Formalizing scaling behavior
Thus, scaling is what we care about. To formalize this notion we use something called asymptotic notation, which looks like this. If we want to say an algorithm scales roughly linearly with input size, we say its running time (or memory) cost is \(O(n)\).
Formally, this means the running time (or memory) can be expressed as some function \(f(n)\) that grows as slow or slower than the linear function \(g(n) = n\). In mathematical terms, we say there exists a constant \(c\) and an input size \(n_0\) such that for all \(n > n_0\) we have \(f(n) <= c \cdot g(n)\).

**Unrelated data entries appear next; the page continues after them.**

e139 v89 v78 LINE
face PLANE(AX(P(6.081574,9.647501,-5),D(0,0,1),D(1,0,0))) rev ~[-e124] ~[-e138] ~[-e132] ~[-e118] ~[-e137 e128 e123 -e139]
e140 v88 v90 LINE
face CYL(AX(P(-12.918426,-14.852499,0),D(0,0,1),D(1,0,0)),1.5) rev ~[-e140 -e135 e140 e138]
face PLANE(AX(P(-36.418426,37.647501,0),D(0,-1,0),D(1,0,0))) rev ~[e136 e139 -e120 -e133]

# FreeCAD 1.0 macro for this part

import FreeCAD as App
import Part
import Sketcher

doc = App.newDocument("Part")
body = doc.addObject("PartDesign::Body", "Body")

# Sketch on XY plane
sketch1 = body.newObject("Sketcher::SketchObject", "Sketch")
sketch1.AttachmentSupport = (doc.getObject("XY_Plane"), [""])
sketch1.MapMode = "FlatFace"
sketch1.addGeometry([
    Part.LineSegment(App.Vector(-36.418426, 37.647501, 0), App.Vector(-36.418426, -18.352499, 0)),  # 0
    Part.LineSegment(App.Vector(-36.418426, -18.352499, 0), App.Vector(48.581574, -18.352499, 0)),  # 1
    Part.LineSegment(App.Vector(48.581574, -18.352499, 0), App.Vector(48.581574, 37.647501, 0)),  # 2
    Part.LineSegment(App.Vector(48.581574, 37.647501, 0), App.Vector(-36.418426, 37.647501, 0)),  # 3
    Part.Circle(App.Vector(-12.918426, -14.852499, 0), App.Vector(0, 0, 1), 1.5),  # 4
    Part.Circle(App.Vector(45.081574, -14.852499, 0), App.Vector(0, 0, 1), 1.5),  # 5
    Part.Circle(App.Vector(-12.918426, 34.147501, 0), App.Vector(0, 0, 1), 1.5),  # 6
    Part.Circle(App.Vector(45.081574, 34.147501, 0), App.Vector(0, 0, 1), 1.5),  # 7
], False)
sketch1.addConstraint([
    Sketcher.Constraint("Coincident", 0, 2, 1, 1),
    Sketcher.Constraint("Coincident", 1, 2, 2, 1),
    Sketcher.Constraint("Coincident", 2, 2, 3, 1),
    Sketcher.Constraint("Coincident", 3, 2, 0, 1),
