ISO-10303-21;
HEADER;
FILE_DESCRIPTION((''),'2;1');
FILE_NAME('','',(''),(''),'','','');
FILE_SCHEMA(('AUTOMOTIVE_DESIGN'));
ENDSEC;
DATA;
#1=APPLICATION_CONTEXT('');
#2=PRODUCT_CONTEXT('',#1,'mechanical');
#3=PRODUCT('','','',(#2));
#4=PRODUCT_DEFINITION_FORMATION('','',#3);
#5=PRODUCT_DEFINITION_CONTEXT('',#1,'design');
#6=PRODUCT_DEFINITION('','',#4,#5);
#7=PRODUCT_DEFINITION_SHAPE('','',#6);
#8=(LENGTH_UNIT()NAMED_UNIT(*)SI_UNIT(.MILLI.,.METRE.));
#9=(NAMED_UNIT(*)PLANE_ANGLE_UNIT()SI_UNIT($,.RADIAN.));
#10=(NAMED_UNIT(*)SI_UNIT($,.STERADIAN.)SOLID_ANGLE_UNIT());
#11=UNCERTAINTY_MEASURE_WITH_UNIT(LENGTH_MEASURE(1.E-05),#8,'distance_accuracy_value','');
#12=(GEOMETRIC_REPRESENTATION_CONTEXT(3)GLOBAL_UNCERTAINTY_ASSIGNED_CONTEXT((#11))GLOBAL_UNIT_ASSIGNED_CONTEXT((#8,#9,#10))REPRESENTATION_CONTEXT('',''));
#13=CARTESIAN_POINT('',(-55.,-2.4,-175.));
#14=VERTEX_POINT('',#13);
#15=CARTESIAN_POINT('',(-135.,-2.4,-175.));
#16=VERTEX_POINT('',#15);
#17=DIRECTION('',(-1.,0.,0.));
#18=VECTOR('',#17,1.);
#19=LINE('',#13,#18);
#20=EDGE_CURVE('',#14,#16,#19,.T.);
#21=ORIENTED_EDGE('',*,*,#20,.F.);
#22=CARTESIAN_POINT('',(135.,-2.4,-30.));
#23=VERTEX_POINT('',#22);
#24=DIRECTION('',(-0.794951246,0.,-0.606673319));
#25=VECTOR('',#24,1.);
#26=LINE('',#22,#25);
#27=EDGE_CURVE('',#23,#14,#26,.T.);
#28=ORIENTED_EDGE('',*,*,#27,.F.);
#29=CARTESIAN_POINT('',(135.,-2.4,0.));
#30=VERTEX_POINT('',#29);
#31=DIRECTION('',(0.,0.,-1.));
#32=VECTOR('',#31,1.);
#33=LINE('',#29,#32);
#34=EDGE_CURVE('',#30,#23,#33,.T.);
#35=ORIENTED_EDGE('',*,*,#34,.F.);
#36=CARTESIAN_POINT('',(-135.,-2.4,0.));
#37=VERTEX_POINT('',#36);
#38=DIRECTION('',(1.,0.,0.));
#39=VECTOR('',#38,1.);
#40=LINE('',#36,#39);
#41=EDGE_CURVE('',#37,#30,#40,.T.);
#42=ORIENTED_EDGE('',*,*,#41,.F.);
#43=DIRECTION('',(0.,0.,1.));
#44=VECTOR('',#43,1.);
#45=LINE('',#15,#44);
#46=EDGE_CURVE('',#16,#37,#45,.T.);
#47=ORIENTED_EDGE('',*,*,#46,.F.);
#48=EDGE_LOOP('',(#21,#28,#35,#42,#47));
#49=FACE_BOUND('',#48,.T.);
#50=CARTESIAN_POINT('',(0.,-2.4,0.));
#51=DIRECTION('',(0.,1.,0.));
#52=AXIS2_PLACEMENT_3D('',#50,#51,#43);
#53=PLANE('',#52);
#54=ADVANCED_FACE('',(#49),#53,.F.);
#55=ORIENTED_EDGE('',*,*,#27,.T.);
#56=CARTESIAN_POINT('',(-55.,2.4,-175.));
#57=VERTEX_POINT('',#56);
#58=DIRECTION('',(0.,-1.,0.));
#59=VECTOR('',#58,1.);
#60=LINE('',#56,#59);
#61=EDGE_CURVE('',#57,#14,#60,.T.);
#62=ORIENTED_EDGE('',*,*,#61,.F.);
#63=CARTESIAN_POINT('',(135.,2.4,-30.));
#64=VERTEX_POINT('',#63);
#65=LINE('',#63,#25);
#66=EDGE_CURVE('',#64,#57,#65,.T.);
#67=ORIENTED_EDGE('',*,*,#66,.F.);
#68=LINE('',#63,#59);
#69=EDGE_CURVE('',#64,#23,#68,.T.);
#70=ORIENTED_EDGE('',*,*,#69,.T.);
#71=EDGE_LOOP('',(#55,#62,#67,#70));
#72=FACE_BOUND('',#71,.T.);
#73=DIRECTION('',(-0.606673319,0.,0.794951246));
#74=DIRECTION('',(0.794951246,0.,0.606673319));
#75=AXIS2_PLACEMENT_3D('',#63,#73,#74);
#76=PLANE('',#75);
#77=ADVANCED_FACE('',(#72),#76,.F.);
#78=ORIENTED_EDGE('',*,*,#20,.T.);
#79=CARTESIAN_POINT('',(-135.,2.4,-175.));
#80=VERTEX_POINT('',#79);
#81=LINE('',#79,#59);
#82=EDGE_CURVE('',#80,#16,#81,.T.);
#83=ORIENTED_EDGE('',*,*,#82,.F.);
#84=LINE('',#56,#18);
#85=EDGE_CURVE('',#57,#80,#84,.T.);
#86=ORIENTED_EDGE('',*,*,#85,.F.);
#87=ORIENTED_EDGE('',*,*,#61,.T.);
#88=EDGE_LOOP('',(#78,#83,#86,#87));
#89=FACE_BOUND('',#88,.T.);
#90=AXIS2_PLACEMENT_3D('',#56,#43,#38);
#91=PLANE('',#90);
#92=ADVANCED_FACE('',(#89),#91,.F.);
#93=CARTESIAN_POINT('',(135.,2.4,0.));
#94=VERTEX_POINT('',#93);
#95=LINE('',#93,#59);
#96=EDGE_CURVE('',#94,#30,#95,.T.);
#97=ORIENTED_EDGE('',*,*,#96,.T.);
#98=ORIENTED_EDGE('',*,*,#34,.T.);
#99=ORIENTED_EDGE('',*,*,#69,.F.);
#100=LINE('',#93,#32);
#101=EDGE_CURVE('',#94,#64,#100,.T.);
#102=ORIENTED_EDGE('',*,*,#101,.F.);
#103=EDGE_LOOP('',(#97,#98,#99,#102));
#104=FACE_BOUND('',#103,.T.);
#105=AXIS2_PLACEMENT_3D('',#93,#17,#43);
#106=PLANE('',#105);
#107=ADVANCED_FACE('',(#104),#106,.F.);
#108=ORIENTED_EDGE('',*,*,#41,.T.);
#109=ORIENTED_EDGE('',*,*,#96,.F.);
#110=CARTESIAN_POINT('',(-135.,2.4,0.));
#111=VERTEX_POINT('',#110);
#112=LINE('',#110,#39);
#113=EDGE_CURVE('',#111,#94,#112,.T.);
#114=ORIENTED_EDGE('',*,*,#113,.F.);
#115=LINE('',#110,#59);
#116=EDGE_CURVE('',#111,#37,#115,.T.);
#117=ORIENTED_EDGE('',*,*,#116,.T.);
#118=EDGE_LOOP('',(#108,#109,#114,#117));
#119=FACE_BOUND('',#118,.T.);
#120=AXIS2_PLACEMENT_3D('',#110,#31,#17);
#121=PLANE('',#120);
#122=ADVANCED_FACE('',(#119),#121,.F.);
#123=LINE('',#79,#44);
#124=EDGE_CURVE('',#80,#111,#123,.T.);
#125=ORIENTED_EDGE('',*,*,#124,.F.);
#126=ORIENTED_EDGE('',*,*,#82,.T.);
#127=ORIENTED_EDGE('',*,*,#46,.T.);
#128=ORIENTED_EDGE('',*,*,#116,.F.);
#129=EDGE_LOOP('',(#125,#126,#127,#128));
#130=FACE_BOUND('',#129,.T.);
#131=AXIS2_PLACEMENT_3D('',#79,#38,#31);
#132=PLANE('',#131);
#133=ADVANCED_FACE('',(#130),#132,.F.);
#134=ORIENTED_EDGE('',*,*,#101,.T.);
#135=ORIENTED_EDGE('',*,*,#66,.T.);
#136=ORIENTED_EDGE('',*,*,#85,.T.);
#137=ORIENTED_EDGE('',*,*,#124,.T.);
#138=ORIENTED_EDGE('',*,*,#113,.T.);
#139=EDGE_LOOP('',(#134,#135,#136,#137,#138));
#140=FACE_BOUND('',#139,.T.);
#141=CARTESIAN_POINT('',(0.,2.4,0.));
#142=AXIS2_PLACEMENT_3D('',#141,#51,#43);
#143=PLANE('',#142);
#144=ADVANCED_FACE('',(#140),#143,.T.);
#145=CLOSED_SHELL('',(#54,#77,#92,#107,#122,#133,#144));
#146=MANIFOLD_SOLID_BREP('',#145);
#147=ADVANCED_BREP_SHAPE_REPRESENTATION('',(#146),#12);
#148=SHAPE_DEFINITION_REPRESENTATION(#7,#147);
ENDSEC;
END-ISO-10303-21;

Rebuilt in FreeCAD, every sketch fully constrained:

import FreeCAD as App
import Part
import Sketcher

V = App.Vector
Q = App.Units.Quantity


def add_polygon(sketch, points):
    """Adds a closed chain of lines whose ends are joined by coincident constraints."""
    first, n = sketch.GeometryCount, len(points)
    for a, b in zip(points, points[1:] + points[:1]):
        sketch.addGeometry(Part.LineSegment(App.Vector(*a, 0), App.Vector(*b, 0)), False)
    for i in range(n):
        sketch.addConstraint(Sketcher.Constraint("Coincident", first + i, 2, first + (i + 1) % n, 1))

doc = App.newDocument("Part")
body = doc.addObject("PartDesign::Body", "Body")

# Sketch on XZ plane
sketch1 = body.newObject("Sketcher::SketchObject", "Sketch")
sketch1.AttachmentSupport = (doc.getObject("XZ_Plane"), [""])
sketch1.MapMode = "FlatFace"
add_polygon(sketch1, [(-135, -175), (-135, 0), (135, 0), (135, -30), (-55, -175)])  # lines 0-4
sketch1.addConstraint(Sketcher.Constraint("Vertical", 0))
sketch1.addConstraint(Sketcher.Constraint("Horizontal", 1))
sketch1.addConstraint(Sketcher.Constraint("Vertical", 2))
sketch1.addConstraint(Sketcher.Constraint("Horizontal", 4))
sketch1.addConstraint(Sketcher.Constraint("Symmetric", 0, 2, 1, 2, -1, 1))
sketch1.addConstraint(Sketcher.Constraint("DistanceX", 1, 1, 1, 2, Q("270 mm")))
sketch1.addConstraint(Sketcher.Constraint("DistanceX", 4, 2, 4, 1, Q("80 mm")))
sketch1.addConstraint(Sketcher.Constraint("DistanceY", 0, 1, 0, 2, Q("175 mm")))
sketch1.addConstraint(Sketcher.Constraint("DistanceY", 2, 2, 2, 1, Q("30 mm")))
pad1 = body.newObject("PartDesign::Pad", "Pad")
pad1.Profile = sketch1
pad1.Length = 4.8
pad1.Midplane = True

doc.recompute()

The nice thing about this formulation is that it lets us gloss over all the tiny details of an algorithm and talk just about the rough growth rate. It is easy to prove–although we won’t do it–that in asymptotic analysis we can throw away constants and lower order terms, and just keep the higher order function. For example, if some algorithm has a time cost of \(f(n) = 3n + 2\), that is still \(O(n)\).
In this book, however, we won’t concern ourselves too much with being strict at complexity analysis. For the most part, we will rely on intuitions like a single for loop is \(O(n)\) and a double-nested loop is \(O(n^2)\). However, for some algorithms we will need to perform a slightly more nuanced analysis to arrive at asymptotic cost functions like \(O(n \log n)\) which are neither linear nor quadratic, and have their own and very interesting scaling behavior.
Final Words
Now that we have settled our expectations, you are ready to start the journey. It will be fast-paced but–I hope–really exciting. We will discover many algorithms, close to a hundred of them! And in each case, we will ask ourselves these same three questions. And, surprisingly often, we will be able to answer them pretty well!